Work task:
From the line containing "v 8.993 -0.486 21.202" down to the line containing "v 8.993 -4.194 7.343" in the records below, reproduce every line exactly, ends included, and omit all others.

▼▼▼

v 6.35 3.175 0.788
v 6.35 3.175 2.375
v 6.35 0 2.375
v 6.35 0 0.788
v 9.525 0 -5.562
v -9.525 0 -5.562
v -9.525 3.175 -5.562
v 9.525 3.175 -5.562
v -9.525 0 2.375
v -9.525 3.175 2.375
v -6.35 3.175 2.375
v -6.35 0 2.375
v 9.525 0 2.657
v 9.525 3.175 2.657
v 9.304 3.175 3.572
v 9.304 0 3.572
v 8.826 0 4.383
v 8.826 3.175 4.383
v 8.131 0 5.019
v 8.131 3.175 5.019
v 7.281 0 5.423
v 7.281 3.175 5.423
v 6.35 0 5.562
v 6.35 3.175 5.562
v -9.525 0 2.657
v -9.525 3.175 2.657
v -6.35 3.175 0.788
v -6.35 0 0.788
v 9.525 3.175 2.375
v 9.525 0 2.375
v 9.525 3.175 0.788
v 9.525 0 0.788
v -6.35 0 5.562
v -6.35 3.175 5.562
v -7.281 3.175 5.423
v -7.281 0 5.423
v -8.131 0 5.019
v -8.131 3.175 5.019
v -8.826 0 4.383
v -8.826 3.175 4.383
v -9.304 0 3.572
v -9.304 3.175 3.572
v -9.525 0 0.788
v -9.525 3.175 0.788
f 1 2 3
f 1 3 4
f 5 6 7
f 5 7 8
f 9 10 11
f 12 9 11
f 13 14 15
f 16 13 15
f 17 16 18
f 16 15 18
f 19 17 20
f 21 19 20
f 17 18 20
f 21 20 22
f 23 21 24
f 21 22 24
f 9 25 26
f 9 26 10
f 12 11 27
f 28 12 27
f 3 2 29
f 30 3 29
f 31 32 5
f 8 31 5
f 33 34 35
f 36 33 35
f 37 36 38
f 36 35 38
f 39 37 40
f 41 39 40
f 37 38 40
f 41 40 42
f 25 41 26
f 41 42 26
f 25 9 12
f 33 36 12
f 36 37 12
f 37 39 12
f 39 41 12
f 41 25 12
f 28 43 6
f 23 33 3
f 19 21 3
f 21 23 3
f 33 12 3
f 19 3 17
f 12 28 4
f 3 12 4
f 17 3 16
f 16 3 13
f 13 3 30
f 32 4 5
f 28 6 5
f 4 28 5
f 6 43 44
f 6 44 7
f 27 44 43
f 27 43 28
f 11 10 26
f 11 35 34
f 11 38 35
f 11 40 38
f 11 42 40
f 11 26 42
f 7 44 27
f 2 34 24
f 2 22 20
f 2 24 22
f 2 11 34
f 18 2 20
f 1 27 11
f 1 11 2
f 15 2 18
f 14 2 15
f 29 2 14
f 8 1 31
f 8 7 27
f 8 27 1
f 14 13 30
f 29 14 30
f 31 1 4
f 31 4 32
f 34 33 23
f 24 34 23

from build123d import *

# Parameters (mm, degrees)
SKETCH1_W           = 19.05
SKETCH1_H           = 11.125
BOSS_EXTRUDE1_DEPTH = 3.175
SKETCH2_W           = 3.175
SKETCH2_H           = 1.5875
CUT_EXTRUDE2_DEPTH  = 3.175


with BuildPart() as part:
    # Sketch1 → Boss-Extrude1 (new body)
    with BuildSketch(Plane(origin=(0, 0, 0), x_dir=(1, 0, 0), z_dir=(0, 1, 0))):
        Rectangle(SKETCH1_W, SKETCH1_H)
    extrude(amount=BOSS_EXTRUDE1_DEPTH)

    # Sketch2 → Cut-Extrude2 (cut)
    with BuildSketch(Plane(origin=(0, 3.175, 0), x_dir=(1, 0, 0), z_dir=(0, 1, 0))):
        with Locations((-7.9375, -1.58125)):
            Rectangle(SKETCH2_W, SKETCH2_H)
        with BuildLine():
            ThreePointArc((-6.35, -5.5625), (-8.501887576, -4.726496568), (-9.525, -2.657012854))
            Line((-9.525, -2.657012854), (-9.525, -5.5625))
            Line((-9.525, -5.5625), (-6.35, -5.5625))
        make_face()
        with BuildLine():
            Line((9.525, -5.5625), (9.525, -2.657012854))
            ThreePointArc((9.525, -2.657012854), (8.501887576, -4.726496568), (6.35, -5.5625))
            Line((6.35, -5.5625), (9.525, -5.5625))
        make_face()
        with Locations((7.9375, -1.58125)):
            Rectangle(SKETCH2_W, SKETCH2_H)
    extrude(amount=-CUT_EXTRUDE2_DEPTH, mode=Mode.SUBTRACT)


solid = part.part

▲▲▲
▼▼▼

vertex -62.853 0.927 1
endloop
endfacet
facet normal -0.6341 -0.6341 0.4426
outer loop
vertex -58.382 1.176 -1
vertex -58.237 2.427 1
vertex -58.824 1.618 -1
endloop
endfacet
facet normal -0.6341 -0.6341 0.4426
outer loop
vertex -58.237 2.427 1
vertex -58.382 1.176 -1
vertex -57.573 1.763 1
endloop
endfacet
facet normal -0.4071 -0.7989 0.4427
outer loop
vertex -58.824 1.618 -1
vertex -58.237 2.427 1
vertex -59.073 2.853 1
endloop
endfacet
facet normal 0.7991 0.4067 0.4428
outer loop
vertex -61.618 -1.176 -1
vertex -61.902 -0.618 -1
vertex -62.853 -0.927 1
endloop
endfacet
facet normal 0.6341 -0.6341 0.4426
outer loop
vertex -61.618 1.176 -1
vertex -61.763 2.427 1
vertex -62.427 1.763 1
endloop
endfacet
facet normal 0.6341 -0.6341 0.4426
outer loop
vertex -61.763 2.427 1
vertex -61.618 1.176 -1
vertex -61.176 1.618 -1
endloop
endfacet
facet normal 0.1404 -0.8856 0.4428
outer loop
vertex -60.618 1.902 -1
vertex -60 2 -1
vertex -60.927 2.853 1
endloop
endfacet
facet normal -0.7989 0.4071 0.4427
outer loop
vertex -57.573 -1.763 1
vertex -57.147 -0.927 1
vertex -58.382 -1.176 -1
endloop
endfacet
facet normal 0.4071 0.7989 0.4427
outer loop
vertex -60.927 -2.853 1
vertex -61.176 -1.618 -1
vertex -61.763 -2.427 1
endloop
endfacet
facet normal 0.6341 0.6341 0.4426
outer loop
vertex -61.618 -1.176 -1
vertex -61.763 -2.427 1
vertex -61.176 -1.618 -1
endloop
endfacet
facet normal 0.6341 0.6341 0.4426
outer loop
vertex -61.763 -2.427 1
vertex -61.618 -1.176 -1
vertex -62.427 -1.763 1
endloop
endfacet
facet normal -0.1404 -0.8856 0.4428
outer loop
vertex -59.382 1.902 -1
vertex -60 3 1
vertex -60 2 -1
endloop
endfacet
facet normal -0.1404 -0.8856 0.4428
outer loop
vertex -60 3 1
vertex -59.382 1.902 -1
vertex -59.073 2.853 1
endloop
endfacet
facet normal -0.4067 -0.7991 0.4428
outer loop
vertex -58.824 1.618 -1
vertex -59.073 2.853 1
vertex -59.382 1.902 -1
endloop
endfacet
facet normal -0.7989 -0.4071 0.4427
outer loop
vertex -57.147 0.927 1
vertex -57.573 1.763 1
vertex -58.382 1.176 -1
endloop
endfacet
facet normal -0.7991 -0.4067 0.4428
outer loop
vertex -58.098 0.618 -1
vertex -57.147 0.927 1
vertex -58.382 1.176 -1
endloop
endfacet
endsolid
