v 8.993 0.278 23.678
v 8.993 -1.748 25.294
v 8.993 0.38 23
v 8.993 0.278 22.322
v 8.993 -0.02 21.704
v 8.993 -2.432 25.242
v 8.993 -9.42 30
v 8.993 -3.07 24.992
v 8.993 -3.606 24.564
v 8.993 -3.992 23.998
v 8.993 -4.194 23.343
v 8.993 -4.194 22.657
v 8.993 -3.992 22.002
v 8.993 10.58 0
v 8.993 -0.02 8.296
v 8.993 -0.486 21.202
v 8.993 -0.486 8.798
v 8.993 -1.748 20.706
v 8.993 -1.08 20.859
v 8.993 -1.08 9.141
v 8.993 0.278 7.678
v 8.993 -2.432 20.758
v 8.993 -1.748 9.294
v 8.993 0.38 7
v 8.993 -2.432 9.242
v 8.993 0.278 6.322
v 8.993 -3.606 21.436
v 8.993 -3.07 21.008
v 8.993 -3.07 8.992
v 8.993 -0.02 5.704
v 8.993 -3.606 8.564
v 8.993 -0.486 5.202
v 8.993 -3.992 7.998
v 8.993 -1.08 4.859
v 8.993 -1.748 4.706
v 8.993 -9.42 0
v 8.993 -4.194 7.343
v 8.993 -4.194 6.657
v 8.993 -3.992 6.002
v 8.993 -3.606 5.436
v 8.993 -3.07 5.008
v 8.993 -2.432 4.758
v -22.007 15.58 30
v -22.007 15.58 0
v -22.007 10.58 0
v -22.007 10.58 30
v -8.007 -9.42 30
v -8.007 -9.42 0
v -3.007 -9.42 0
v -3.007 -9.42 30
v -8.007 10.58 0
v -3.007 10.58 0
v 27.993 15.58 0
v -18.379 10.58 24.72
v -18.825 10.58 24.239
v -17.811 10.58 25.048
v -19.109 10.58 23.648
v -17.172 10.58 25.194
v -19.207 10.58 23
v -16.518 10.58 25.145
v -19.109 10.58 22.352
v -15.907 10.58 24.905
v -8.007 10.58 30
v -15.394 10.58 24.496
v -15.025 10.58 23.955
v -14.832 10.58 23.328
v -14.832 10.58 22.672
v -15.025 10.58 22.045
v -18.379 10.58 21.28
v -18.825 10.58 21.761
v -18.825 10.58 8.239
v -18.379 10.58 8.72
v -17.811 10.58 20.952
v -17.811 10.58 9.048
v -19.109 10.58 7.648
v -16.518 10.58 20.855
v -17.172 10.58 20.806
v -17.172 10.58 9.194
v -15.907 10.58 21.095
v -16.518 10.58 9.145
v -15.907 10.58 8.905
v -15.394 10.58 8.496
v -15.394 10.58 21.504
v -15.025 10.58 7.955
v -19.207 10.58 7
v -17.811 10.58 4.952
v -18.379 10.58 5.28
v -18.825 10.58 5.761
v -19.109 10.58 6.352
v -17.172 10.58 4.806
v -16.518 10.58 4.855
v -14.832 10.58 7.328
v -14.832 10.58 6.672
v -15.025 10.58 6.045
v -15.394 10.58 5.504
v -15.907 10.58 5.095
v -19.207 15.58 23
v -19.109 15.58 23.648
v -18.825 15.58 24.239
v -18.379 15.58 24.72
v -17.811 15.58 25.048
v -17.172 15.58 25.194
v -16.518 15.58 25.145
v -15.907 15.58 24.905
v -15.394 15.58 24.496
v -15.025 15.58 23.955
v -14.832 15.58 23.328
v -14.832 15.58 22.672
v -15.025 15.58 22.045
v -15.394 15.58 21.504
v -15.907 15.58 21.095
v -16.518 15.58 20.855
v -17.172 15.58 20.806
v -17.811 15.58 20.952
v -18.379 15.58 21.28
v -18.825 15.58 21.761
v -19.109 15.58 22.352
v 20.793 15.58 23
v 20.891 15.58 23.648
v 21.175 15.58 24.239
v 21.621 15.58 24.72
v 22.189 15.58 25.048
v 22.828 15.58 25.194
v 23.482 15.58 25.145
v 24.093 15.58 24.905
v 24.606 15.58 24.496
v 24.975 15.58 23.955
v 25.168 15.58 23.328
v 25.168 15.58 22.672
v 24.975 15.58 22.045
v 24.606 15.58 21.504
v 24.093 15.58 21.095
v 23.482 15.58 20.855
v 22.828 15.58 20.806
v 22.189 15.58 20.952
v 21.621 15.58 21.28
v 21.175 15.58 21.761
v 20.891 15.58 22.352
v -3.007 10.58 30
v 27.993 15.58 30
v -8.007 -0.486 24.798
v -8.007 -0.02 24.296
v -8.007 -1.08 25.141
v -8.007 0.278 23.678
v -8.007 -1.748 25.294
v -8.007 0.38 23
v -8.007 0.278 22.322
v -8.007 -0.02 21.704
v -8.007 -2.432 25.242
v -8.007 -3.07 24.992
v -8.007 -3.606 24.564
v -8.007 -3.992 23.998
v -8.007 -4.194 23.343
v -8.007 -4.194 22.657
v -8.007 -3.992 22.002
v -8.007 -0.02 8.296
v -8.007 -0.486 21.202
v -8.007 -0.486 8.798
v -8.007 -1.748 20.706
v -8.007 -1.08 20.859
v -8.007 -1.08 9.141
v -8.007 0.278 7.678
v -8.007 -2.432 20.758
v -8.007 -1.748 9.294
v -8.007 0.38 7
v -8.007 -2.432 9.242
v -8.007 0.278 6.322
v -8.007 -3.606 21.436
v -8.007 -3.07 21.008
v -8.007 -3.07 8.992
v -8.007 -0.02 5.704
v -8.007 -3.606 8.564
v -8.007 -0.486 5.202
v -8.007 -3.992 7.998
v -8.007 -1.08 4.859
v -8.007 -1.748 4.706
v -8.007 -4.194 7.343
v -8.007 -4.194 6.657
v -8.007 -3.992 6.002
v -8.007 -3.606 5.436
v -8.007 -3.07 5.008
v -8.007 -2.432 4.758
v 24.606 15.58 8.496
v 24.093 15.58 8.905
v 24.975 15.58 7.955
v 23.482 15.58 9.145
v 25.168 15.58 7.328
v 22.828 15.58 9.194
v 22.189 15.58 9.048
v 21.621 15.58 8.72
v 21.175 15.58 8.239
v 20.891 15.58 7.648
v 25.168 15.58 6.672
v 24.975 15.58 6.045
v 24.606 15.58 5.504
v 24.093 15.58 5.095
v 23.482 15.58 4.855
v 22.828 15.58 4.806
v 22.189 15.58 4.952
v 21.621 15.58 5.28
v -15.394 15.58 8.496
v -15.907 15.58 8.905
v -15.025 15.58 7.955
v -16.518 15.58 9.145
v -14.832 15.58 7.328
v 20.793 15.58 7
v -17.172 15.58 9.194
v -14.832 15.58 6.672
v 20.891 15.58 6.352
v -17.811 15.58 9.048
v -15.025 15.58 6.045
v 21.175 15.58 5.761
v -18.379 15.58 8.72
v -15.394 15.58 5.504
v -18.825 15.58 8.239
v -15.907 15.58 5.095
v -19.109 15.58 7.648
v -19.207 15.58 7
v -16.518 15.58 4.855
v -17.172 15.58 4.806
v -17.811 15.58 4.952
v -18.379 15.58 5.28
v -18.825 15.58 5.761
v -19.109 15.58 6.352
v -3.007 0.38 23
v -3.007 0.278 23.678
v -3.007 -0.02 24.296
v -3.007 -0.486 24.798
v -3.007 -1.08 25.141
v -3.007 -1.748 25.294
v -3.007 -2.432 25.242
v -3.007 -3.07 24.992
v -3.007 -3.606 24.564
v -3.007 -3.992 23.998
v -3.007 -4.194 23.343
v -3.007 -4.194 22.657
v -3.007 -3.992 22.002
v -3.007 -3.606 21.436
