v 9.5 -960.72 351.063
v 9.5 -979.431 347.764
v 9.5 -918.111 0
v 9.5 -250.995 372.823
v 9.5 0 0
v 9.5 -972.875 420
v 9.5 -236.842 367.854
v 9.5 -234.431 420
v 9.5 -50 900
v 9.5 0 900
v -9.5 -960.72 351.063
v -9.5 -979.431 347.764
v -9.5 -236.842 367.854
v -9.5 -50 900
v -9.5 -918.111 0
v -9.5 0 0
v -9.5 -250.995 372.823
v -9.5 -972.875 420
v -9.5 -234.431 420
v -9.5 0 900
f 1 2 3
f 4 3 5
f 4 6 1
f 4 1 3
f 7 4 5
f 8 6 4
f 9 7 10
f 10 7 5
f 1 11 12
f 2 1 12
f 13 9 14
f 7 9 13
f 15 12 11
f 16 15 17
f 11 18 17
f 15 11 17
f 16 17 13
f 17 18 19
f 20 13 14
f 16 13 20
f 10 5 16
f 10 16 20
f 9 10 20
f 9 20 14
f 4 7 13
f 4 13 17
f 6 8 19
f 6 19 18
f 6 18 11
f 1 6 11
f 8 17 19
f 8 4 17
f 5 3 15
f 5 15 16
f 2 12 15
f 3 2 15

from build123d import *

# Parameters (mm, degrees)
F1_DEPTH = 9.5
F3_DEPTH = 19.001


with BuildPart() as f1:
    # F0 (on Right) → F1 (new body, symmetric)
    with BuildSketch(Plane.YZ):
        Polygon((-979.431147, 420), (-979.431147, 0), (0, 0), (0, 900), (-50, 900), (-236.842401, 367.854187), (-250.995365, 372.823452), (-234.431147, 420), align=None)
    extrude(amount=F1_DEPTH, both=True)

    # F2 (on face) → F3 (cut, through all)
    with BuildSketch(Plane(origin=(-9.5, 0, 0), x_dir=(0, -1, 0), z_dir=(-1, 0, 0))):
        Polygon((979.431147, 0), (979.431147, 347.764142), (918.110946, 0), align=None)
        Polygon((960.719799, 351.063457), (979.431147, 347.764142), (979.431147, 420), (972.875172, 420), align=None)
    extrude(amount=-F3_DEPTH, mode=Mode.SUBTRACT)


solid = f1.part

▲▲▲

Result of this task:
v 8.993 -0.486 21.202
v 8.993 -0.486 8.798
v 8.993 -1.748 20.706
v 8.993 -1.08 20.859
v 8.993 -1.08 9.141
v 8.993 0.278 7.678
v 8.993 -2.432 20.758
v 8.993 -1.748 9.294
v 8.993 0.38 7
v 8.993 -2.432 9.242
v 8.993 0.278 6.322
v 8.993 -3.606 21.436
v 8.993 -3.07 21.008
v 8.993 -3.07 8.992
v 8.993 -0.02 5.704
v 8.993 -3.606 8.564
v 8.993 -0.486 5.202
v 8.993 -3.992 7.998
v 8.993 -1.08 4.859
v 8.993 -1.748 4.706
v 8.993 -9.42 0
v 8.993 -4.194 7.343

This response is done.